DidyouNO · 29/05/2023 16:31

Military families male or female do this all the time. Year in, year out. And yes it's hard but it's absolutely fine if the children are well prepared and informed about it. No one has the right to judge anyone. Where would we be without military people or any other profession that needs this?

ArcticSkewer · 29/05/2023 16:44

My dad did this for a year.

I'd have rather had my dad than the extra money. It still makes me feel a bit sad.

If he was in the forces I think it would have been different - part of the culture, forces family, and after all 'a hero'.

As it was, it was a financial decision pure and simple.

We could have had less exciting holidays or a smaller house. We wouldn't have cared. It's sad that our parents chose money over family.

User63847484848 · 29/05/2023 16:51

If you’re their main care giver and emotional support and it’s not equal parenting at the moment then no I wouldn’t and I couldn’t.

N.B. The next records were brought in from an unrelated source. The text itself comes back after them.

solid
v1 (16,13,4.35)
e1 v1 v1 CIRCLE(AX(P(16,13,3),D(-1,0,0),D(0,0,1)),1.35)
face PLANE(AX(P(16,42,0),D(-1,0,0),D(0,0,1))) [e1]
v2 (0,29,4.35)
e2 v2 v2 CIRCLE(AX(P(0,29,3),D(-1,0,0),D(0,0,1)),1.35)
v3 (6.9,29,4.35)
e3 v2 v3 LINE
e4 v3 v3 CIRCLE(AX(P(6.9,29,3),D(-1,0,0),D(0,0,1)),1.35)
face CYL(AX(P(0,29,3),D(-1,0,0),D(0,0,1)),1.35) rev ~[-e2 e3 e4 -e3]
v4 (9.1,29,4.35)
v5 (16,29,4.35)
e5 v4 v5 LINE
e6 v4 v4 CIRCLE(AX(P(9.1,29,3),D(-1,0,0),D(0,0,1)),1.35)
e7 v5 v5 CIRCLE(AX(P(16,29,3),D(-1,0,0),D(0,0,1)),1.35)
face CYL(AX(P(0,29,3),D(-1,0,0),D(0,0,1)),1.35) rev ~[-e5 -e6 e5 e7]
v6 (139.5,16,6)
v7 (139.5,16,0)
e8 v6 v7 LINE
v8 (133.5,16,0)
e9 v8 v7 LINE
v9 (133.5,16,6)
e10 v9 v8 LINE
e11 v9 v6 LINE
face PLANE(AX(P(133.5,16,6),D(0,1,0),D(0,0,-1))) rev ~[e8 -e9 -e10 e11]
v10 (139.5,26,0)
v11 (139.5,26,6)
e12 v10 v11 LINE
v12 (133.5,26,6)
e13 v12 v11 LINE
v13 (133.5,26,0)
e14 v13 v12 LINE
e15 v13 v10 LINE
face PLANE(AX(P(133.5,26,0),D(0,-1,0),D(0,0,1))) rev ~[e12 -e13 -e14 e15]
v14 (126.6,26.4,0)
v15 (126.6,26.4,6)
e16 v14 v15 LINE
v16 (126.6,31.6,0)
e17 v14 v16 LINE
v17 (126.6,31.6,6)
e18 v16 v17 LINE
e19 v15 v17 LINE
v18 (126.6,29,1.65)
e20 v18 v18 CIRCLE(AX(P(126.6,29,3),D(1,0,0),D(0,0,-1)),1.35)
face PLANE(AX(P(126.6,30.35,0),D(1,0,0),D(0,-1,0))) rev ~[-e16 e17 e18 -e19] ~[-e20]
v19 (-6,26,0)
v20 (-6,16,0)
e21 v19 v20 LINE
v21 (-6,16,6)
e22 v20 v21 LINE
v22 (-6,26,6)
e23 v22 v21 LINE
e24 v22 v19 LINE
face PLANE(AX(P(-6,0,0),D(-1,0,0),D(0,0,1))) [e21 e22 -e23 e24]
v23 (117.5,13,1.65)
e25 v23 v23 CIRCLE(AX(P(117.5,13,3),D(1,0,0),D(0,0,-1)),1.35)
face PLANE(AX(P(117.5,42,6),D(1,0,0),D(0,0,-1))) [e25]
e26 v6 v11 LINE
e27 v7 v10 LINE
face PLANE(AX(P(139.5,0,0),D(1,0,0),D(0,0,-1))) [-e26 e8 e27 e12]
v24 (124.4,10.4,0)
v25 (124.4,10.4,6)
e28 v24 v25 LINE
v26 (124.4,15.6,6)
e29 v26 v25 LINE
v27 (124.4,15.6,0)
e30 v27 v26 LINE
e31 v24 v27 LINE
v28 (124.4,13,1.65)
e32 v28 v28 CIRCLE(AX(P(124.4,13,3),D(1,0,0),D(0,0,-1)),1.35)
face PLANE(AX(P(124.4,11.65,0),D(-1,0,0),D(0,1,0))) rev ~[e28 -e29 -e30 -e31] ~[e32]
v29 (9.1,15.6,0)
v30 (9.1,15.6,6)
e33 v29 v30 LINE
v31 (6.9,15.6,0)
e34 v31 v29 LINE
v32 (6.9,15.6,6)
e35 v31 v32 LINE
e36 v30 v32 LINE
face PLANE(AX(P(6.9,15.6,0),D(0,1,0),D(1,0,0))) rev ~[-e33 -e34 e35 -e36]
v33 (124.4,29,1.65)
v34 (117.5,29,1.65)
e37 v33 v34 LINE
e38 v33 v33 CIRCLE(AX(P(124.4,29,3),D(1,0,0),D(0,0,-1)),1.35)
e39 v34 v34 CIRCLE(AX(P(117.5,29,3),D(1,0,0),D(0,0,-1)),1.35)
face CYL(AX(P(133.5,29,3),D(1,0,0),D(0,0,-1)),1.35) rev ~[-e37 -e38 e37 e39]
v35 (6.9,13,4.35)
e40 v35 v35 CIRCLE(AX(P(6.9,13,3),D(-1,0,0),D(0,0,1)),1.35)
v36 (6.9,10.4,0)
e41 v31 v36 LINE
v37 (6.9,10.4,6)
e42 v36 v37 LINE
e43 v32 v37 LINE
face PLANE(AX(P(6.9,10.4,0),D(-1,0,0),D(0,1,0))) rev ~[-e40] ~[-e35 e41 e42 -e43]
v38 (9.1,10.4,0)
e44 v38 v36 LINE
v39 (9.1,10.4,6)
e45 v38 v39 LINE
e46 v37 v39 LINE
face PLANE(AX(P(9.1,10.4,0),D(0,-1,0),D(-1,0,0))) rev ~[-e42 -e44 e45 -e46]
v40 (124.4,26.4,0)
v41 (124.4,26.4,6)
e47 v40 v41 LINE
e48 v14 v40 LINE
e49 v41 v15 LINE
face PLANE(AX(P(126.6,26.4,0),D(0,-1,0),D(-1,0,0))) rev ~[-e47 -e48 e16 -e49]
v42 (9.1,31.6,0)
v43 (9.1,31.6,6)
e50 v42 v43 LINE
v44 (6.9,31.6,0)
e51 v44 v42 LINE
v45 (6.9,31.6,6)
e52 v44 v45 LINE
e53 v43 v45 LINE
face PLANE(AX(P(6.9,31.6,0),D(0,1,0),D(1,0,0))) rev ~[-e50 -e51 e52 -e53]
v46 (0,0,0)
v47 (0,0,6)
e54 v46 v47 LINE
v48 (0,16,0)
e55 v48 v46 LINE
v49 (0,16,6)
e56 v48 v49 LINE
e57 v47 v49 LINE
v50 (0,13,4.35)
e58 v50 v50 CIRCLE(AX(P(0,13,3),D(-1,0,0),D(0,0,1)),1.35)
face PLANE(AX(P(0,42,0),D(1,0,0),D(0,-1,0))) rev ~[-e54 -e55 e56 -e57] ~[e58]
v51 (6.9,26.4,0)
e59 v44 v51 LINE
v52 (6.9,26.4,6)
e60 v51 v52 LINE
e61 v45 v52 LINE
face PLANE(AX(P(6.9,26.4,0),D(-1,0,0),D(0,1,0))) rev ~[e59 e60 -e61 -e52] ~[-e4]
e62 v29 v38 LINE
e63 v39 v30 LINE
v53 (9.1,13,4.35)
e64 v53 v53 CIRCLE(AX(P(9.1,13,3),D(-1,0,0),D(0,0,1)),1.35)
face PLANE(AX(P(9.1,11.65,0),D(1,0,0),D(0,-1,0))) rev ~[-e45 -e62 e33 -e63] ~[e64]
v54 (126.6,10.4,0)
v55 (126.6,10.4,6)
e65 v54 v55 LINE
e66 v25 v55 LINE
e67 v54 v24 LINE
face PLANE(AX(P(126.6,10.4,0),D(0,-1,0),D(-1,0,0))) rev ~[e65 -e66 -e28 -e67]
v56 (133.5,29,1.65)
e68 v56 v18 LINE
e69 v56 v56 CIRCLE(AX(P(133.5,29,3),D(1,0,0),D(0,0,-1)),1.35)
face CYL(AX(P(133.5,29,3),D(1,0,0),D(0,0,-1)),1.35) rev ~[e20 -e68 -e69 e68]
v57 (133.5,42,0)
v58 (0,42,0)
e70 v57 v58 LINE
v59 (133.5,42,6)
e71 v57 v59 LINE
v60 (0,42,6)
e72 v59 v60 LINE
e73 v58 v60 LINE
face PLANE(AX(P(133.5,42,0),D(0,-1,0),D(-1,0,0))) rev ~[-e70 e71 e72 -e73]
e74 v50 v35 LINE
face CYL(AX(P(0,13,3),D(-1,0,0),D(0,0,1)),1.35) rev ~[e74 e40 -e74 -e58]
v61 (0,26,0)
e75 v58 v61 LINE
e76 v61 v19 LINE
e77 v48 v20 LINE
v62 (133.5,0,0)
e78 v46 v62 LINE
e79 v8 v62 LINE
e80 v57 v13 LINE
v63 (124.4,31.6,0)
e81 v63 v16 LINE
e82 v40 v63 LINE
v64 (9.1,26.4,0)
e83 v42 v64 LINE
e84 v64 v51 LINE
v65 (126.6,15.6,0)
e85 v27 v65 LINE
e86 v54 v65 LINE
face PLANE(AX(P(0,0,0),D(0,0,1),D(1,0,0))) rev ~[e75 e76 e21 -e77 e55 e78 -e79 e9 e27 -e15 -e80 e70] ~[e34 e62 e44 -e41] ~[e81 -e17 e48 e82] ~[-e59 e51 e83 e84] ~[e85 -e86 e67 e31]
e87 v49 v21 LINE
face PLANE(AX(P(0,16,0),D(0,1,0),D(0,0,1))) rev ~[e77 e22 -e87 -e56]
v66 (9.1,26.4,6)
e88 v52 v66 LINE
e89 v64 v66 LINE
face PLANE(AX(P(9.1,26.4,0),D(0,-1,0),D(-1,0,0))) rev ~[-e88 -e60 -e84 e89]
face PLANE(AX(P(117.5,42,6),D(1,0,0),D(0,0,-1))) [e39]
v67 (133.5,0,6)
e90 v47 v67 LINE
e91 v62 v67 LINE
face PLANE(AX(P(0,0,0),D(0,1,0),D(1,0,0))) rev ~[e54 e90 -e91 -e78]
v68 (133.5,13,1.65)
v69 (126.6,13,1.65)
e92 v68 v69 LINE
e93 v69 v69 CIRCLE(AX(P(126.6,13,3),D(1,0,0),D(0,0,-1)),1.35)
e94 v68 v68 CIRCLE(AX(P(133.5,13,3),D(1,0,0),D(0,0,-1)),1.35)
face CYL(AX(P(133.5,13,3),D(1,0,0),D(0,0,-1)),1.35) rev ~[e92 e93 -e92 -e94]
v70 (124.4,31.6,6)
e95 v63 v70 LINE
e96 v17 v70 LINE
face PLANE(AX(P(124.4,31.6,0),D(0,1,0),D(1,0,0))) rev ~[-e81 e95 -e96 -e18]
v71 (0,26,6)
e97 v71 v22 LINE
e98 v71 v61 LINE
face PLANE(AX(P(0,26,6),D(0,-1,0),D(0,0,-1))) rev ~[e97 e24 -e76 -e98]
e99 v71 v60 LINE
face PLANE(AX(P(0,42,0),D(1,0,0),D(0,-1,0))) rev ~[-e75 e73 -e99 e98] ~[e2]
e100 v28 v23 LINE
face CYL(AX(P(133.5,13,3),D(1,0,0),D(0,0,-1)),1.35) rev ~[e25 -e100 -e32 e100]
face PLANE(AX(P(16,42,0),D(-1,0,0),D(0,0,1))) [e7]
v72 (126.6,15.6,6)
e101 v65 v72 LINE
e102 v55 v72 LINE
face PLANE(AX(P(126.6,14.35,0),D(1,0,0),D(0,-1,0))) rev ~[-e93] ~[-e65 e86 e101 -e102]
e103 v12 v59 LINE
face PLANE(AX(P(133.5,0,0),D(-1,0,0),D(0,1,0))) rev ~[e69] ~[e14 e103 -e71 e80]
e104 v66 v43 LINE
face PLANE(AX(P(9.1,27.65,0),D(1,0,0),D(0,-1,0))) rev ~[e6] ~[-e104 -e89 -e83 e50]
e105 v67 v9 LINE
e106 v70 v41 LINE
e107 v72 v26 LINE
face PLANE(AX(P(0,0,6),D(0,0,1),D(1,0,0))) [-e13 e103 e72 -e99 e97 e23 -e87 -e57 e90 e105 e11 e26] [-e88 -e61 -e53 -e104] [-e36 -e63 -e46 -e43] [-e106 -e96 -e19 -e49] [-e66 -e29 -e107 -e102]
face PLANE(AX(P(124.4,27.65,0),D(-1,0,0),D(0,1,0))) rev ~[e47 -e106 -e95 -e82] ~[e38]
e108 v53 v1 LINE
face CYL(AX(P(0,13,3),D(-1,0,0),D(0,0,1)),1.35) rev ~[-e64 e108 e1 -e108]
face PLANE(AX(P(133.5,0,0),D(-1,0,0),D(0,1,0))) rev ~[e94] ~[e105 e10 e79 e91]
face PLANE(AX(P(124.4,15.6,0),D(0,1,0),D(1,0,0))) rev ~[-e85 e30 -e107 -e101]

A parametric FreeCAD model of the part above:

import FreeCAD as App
import Part
import Sketcher

doc = App.newDocument("Part")
body = doc.addObject("PartDesign::Body", "Body")

# Sketch on XY plane
sketch1 = doc.addObject("Sketcher::SketchObject", "Sketch")
body.addObject(sketch1)
sketch1.AttachmentSupport = (doc.XY_Plane, [""])
sketch1.MapMode = "FlatFace"
sketch1.addGeometry(Part.LineSegment(App.Vector(0, 42, 0), App.Vector(0, 0, 0)), False)
sketch1.addGeometry(Part.LineSegment(App.Vector(0, 0, 0), App.Vector(134, 0, 0)), False)
sketch1.addGeometry(Part.LineSegment(App.Vector(134, 0, 0), App.Vector(134, 42, 0)), False)
sketch1.addGeometry(Part.LineSegment(App.Vector(134, 42, 0), App.Vector(0, 42, 0)), False)
sketch1.addConstraint(Sketcher.Constraint("Coincident", 0, 2, 1, 1))
sketch1.addConstraint(Sketcher.Constraint("Coincident", 1, 2, 2, 1))
sketch1.addConstraint(Sketcher.Constraint("Coincident", 2, 2, 3, 1))
sketch1.addConstraint(Sketcher.Constraint("Coincident", 3, 2, 0, 1))
sketch1.addConstraint(Sketcher.Constraint("Vertical", 0))
sketch1.addConstraint(Sketcher.Constraint("Horizontal", 1))
sketch1.addConstraint(Sketcher.Constraint("Vertical", 2))
sketch1.addConstraint(Sketcher.Constraint("Horizontal", 3))
sketch1.addConstraint(Sketcher.Constraint("Coincident", 0, 2, -1, 1))
sketch1.addConstraint(Sketcher.Constraint("DistanceY", 0, 2, 0, 1, 42.0))
sketch1.addConstraint(Sketcher.Constraint("DistanceX", 1, 1, 1, 2, 133.5))
pad1 = doc.addObject("PartDesign::Pad", "Pad")
body.addObject(pad1)
pad1.Profile = sketch1
pad1.Length = 6

# Sketch on YZ plane
sketch2 = doc.addObject("Sketcher::SketchObject", "Sketch001")
body.addObject(sketch2)
sketch2.AttachmentSupport = (doc.YZ_Plane, [""])
sketch2.MapMode = "FlatFace"
sketch2.AttachmentOffset = App.Placement(App.Vector(0, 0, 133.5), App.Rotation())
sketch2.addGeometry(Part.LineSegment(App.Vector(16, 6, 0), App.Vector(16, 0, 0)), False)
sketch2.addGeometry(Part.LineSegment(App.Vector(16, 0, 0), App.Vector(26, 0, 0)), False)
sketch2.addGeometry(Part.LineSegment(App.Vector(26, 0, 0), App.Vector(26, 6, 0)), False)
sketch2.addGeometry(Part.LineSegment(App.Vector(26, 6, 0), App.Vector(16, 6, 0)), False)
sketch2.addConstraint(Sketcher.Constraint("Coincident", 0, 2, 1, 1))
sketch2.addConstraint(Sketcher.Constraint("Coincident", 1, 2, 2, 1))
sketch2.addConstraint(Sketcher.Constraint("Coincident", 2, 2, 3, 1))
sketch2.addConstraint(Sketcher.Constraint("Coincident", 3, 2, 0, 1))
sketch2.addConstraint(Sketcher.Constraint("Vertical", 0))
sketch2.addConstraint(Sketcher.Constraint("Horizontal", 1))
sketch2.addConstraint(Sketcher.Constraint("Vertical", 2))
sketch2.addConstraint(Sketcher.Constraint("Horizontal", 3))
sketch2.addConstraint(Sketcher.Constraint("PointOnObject", 0, 2, -1))
sketch2.addConstraint(Sketcher.Constraint("DistanceX", 1, 1, 1, 2, 10.0))
sketch2.addConstraint(Sketcher.Constraint("DistanceY", 0, 2, 0, 1, 6.0))
sketch2.addConstraint(Sketcher.Constraint("DistanceX", -1, 1, 0, 2, 16.0))
pad2 = doc.addObject("PartDesign::Pad", "Pad001")
body.addObject(pad2)
pad2.Profile = sketch2
pad2.Length = 6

JustGotToKeepOnKeepingOn · 29/05/2023 16:55

Go for it. The children will be with their dad. If this was the other way around (your DH going away) no one would say a word.

This is a great opportunity for you and (with the prospect of buying a house) is life changing for you all. Go!

KetoQueen · 29/05/2023 17:04

Are you bloody joking

our parents did that to us as teenagers - they fucked off to California- and we never forgave them.

LizHoney · 29/05/2023 17:17

I am very career-orientated, but in a million years I wouldn't do this. They are far too young.

toomuchlaundry · 29/05/2023 17:18

@JustGotToKeepOnKeepingOn i wouldn’t want DH to do this and neither would he. He wanted to be as involved in DS’s life as much as he could. Wish we would actually say something rather than thinking it doesn’t matter whether dads are around or not

JulieHoney · 29/05/2023 17:29

I would do it, OP.

Three of my friends and two of my cousins had husbands who worked away for months at a time (some in the military, some as contractors). Their children all have good relationships with their fathers, and the absences were more that a 10 month stint.

Doing this for 10 months - basically just one school year - will set you up financially to be able to make better choices for your family.

Regular Zoom chats and games, postcards, little gifts, text messages etc can keep you in regular contact with your children.

Let’s be honest, no one gives the fathers guilt when they work away.

moose62 · 29/05/2023 17:31

it is not really any different to going to boarding school but they would be better off as they have one parent still with them. I didn't see either of my parents for the whole term as they lived abroad so only the holidays. I'm not saying it was great but it is doable - especially for a shortish period of time. Especially as there is access to skype / phones / computers which were all sadly lacking when i was a child.